Filtering Spam Tokens in a Crypto Wallet

2 July 2024

typescript
security
bitcoin
leather

Anyone who’s used a crypto wallet has seen them: tokens with names like free-airdrop.com or claim-rewards.xyz appearing in their balance list. Attackers mint worthless tokens with spam URLs as the name or symbol, send dust amounts to thousands of addresses, and hope someone clicks through to a phishing site.

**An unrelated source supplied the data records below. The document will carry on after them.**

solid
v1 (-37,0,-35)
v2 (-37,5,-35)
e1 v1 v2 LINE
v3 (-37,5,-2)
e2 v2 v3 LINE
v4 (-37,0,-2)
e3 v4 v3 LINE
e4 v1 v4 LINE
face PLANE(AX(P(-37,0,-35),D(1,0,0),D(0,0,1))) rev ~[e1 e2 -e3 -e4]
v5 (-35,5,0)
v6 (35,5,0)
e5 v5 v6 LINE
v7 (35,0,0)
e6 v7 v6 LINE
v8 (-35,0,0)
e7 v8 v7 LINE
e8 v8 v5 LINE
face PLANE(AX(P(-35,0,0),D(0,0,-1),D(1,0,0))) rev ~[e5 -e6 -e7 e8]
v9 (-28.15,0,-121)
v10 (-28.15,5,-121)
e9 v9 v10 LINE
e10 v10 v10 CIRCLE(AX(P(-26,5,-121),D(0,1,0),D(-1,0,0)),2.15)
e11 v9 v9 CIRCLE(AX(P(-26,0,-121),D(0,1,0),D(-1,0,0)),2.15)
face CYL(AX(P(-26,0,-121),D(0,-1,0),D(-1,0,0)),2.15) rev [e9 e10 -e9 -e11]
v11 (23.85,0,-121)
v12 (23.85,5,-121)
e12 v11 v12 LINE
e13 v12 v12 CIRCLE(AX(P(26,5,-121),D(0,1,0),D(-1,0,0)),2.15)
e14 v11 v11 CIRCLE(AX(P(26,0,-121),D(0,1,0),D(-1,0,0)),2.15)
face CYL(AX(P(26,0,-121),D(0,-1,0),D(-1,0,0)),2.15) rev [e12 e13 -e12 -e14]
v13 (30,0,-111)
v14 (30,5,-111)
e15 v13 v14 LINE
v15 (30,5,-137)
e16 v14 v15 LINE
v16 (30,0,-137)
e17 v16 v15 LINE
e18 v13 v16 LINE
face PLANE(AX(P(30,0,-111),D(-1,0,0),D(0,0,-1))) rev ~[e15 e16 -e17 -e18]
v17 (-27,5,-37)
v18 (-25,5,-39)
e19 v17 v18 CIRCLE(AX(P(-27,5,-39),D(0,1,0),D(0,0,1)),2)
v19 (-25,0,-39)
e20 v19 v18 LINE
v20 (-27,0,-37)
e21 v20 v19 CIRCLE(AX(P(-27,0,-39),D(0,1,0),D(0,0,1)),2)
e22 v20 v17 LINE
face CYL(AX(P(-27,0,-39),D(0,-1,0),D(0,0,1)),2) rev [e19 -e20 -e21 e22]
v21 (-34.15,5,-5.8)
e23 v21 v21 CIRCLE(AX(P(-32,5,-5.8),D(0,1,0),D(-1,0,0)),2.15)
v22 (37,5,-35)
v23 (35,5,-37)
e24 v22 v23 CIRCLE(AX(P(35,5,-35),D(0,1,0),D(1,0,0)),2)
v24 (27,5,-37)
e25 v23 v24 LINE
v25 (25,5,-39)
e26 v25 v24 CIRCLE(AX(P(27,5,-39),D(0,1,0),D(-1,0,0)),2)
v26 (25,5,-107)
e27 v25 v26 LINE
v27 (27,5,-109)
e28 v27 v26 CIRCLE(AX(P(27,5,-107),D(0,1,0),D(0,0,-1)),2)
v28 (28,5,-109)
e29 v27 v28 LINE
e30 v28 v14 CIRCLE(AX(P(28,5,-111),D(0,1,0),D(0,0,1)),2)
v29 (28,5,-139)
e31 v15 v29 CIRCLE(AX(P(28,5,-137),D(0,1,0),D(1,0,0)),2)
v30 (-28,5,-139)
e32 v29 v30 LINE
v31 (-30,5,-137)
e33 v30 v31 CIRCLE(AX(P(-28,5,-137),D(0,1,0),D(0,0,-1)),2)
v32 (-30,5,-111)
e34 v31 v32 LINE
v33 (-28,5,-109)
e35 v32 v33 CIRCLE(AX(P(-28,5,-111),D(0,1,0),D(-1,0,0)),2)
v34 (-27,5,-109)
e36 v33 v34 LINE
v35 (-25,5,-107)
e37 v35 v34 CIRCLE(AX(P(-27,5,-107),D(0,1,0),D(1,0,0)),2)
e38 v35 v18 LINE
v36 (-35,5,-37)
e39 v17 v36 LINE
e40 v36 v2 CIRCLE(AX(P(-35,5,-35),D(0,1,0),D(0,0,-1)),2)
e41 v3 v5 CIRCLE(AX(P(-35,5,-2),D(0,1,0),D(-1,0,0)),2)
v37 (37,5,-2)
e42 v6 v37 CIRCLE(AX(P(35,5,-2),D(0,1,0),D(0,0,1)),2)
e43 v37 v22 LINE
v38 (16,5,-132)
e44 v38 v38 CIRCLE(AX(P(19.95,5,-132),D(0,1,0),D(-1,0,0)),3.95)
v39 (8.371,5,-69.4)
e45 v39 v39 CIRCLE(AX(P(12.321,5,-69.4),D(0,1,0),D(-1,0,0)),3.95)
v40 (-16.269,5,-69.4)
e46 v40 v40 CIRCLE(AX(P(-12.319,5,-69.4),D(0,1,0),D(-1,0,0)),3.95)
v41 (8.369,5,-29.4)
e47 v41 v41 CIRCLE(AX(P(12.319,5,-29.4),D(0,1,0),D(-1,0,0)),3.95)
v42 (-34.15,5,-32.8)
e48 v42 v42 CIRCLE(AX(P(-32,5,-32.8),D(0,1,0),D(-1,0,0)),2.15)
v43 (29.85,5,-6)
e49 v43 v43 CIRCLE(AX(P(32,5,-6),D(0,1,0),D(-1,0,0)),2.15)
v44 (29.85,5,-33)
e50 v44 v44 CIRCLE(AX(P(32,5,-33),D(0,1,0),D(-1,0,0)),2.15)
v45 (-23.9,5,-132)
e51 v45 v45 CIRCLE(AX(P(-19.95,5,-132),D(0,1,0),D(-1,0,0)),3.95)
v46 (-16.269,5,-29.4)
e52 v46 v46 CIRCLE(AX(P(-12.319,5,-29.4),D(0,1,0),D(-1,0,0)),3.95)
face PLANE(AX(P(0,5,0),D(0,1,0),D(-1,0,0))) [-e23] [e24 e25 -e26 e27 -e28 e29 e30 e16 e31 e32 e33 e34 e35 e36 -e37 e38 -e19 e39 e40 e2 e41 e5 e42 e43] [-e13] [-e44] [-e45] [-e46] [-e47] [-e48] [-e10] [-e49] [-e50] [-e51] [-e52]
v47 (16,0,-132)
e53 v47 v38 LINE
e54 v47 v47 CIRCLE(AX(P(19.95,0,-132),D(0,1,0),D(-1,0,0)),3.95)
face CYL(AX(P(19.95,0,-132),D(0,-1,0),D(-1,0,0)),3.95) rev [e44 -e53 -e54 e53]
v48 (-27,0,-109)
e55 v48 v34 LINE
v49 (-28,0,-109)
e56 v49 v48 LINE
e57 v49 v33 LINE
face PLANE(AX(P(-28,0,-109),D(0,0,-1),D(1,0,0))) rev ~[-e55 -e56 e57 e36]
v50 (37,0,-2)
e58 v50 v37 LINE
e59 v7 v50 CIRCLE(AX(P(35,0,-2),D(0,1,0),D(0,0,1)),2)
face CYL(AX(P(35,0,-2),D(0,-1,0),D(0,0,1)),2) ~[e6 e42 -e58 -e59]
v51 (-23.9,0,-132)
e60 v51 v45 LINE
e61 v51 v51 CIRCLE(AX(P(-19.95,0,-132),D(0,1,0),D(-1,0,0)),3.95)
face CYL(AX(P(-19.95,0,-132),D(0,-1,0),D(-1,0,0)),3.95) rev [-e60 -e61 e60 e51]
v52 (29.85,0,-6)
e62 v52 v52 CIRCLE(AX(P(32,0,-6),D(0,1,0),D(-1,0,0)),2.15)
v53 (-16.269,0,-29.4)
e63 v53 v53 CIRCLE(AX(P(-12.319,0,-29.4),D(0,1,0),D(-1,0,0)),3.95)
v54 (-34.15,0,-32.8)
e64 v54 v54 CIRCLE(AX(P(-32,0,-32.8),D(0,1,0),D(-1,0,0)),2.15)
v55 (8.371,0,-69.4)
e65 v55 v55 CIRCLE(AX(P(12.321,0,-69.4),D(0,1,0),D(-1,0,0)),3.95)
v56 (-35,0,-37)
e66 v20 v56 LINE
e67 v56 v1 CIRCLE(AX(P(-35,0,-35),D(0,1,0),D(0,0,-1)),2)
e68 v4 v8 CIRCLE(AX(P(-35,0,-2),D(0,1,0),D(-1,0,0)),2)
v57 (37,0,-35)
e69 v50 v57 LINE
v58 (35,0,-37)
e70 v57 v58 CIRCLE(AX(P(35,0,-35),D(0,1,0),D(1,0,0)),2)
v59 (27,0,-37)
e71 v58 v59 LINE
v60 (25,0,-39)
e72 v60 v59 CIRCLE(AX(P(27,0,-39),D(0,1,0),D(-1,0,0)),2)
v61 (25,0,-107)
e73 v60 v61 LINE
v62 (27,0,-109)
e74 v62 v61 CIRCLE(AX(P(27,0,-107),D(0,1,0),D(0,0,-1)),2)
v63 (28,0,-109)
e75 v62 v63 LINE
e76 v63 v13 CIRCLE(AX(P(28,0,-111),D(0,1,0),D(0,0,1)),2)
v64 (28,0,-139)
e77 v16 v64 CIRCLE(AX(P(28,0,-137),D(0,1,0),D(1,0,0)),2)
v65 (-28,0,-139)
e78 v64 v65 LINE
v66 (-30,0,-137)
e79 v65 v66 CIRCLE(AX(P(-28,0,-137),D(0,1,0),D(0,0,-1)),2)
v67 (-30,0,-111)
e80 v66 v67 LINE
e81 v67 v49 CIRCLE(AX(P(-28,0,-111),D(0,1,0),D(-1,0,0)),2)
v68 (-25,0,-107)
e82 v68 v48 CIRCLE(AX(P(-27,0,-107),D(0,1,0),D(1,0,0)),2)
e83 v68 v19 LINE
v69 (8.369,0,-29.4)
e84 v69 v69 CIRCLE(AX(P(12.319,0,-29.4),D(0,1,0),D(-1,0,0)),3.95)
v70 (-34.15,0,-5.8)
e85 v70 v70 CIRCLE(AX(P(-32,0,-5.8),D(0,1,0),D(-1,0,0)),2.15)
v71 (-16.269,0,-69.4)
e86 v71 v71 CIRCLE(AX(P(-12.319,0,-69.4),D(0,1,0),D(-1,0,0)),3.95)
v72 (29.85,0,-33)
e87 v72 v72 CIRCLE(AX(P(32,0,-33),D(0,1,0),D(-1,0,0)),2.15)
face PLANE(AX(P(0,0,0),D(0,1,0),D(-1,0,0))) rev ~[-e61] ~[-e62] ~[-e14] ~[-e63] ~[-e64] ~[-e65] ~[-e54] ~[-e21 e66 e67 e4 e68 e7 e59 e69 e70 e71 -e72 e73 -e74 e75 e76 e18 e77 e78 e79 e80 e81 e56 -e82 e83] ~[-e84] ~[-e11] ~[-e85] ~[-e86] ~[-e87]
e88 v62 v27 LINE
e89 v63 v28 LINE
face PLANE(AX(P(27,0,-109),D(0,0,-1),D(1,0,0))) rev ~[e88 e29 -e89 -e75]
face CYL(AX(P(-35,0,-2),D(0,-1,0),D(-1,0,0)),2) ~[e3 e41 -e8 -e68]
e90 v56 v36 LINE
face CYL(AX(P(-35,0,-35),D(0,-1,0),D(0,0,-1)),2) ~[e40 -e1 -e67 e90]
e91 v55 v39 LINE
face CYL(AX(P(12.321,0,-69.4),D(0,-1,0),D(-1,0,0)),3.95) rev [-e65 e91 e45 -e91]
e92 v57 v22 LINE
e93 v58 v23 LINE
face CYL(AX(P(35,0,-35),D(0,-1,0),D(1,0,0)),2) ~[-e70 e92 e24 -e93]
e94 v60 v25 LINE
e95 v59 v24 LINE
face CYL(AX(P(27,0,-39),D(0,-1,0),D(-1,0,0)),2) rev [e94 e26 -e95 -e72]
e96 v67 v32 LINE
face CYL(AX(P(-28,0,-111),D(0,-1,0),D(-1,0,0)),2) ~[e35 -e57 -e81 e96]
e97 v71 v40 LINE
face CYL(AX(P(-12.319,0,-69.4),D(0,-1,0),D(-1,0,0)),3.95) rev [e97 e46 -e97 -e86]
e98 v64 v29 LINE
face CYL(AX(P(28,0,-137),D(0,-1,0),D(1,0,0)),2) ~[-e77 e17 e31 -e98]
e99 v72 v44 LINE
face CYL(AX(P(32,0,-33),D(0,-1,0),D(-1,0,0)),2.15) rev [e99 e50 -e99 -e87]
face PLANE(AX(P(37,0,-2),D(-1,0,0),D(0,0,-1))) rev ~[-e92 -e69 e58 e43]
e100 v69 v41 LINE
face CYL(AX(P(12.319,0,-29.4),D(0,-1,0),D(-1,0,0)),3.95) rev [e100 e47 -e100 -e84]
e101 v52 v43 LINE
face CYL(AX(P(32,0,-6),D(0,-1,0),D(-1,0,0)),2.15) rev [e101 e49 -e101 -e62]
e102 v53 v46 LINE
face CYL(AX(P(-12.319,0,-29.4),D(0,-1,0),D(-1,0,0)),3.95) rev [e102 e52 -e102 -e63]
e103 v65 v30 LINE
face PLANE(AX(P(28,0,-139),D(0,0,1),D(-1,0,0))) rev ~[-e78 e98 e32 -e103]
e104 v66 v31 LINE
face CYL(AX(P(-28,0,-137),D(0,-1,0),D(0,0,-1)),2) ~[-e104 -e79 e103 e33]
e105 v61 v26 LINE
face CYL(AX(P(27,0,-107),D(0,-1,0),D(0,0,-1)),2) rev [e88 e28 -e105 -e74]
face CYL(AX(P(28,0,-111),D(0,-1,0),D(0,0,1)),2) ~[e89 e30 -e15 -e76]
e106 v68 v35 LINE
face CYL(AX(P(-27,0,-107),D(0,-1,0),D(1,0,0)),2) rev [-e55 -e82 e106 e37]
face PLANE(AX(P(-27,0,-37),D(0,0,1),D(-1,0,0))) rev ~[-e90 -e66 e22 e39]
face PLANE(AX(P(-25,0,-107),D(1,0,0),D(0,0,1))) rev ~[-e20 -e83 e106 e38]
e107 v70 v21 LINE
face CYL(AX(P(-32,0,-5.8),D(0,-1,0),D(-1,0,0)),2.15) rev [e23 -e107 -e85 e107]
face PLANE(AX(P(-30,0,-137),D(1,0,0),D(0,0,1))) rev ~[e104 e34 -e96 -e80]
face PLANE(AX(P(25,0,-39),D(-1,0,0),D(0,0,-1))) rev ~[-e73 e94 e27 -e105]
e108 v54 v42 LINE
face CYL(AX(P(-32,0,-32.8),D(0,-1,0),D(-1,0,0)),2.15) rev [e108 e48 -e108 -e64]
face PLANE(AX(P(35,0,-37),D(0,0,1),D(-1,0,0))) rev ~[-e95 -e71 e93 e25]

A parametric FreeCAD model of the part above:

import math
import FreeCAD as App
import Part
import Sketcher
Q = App.Units.Quantity

doc = App.newDocument("Part")
params = doc.addObject("Spreadsheet::Sheet", "Params")
for row, (alias, value) in enumerate([
    ("sketch1_radius", "2 mm"),
    ("sketch1_diameter", "7.9 mm"),
    ("sketch1_diameter2", "4.3 mm"),
    ("pad1_length", "5 mm"),
], start=1):
    params.set(f"A{row}", alias)
    params.set(f"B{row}", "=" + value)
    params.setAlias(f"B{row}", alias)

body = doc.addObject("PartDesign::Body", "Body")

sketch1 = doc.addObject("Sketcher::SketchObject", "Sketch")
body.addObject(sketch1)
sketch1.AttachmentSupport = (doc.XZ_Plane, [""])
sketch1.MapMode = "FlatFace"
sketch1.addGeometry(Part.ArcOfCircle(Part.Circle(App.Vector(-35, -2, 0), App.Vector(0, 0, 1), 2), math.radians(90), math.radians(180)), False)
sketch1.addGeometry(Part.LineSegment(App.Vector(-35, 0, 0), App.Vector(35, 0, 0)), False)
sketch1.addGeometry(Part.ArcOfCircle(Part.Circle(App.Vector(35, -2, 0), App.Vector(0, 0, 1), 2), math.radians(0), math.radians(90)), False)
sketch1.addGeometry(Part.LineSegment(App.Vector(37, -2, 0), App.Vector(37, -35, 0)), False)
sketch1.addGeometry(Part.ArcOfCircle(Part.Circle(App.Vector(35, -35, 0), App.Vector(0, 0, 1), 2), math.radians(-90), math.radians(0)), False)
sketch1.addGeometry(Part.LineSegment(App.Vector(35, -37, 0), App.Vector(27, -37, 0)), False)
sketch1.addGeometry(Part.ArcOfCircle(Part.Circle(App.Vector(27, -39, 0), App.Vector(0, 0, 1), 2), math.radians(90), math.radians(180)), False)
sketch1.addGeometry(Part.LineSegment(App.Vector(25, -39, 0), App.Vector(25, -107, 0)), False)
sketch1.addGeometry(Part.ArcOfCircle(Part.Circle(App.Vector(27, -107, 0), App.Vector(0, 0, 1), 2), math.radians(180), math.radians(270)), False)
sketch1.addGeometry(Part.LineSegment(App.Vector(27, -109, 0), App.Vector(28, -109, 0)), False)
sketch1.addGeometry(Part.ArcOfCircle(Part.Circle(App.Vector(28, -111, 0), App.Vector(0, 0, 1), 2), math.radians(0), math.radians(90)), False)
sketch1.addGeometry(Part.LineSegment(App.Vector(30, -111, 0), App.Vector(30, -137, 0)), False)
sketch1.addGeometry(Part.ArcOfCircle(Part.Circle(App.Vector(28, -137, 0), App.Vector(0, 0, 1), 2), math.radians(-90), math.radians(0)), False)
sketch1.addGeometry(Part.LineSegment(App.Vector(28, -139, 0), App.Vector(-28, -139, 0)), False)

In a self-custody wallet, showing these tokens without filtering is a liability. Users trust what the wallet shows them. If a token named leather.io-claim-bonus.com appears in their asset list, some will click it.

The first filter

PR #4113 was the initial implementation. Straightforward approach: check token names against a list of patterns. If the name contains a URL-like string or known spam words, replace it with “Unknown Token.”

const spamPatterns = [
  /https?:\/\//i,
  /\.com/i,
  /\.xyz/i,
  /\.fund/i,
  /airdrop/i,
  /claim/i,
  /free/i,
];

function spamFilter(name: string): string {
  if (spamPatterns.some(p => p.test(name))) {
    return 'Unknown Token';
  }
  return name;
}

This caught the clear-cut cases. But it only ran on the token list — not on the activity feed, not on token symbols, and not on any other surface where token metadata was displayed.

Expanding coverage

PR #4295 extended the filter to fungible token asset items. Spam tokens were showing their raw names in the asset list even though the main token list was filtered. Small fix — 3 additions — but it closed a gap.

PR #4318 added filtering to the activity feed. Transaction titles were showing spam token names because the activity list used the raw metadata. Another 2-line fix, another surface covered.

Making it generic

The pattern was clear: every time we added a new UI surface that displayed token metadata, we had to remember to apply the spam filter. We kept missing spots.

PR #5593 fixed this by applying the filter in CryptoAssetItemLayout — the base component that all token displays use. Instead of filtering at each call site, we filter once in the shared layout component. Any token name or symbol that passes through the layout gets sanitised automatically.

This caught SIP-10 token symbols that were slipping through. Attackers had started putting URLs in the symbol field instead of the name, bypassing the name-only filter.

Choosing the replacement text

PR #255 in the monorepo changed the replacement text from “Unknown” to “Suspicious” and added test cases. The reasoning: “Unknown Token” sounds like a data loading issue. “Suspicious Token” tells the user something is actively wrong. It’s a small word change, but it shifts the user’s mental model from “this might load eventually” to “this might be harmful.”

The same PR added explicit test cases for .fund and .com domain patterns, formalising what the filter catches.

What still gets through

Pattern-based filtering has limits. Attackers adapt — they use unicode lookalikes, split URLs across name and symbol fields, or use names that are suggestive without containing blocked words. A better approach would use an allowlist of known tokens from a curated registry, showing “Suspicious” for anything not on the list.

But for a wallet that supports multiple token standards (BTC, SIP-10, Runes, BRC-20, SRC-20, ordinals), maintaining a comprehensive allowlist is its own challenge. The pattern-based filter catches the bulk of spam with minimal maintenance. Five PRs over a year, each a few lines, progressively tightening coverage until the filter runs everywhere token metadata is displayed.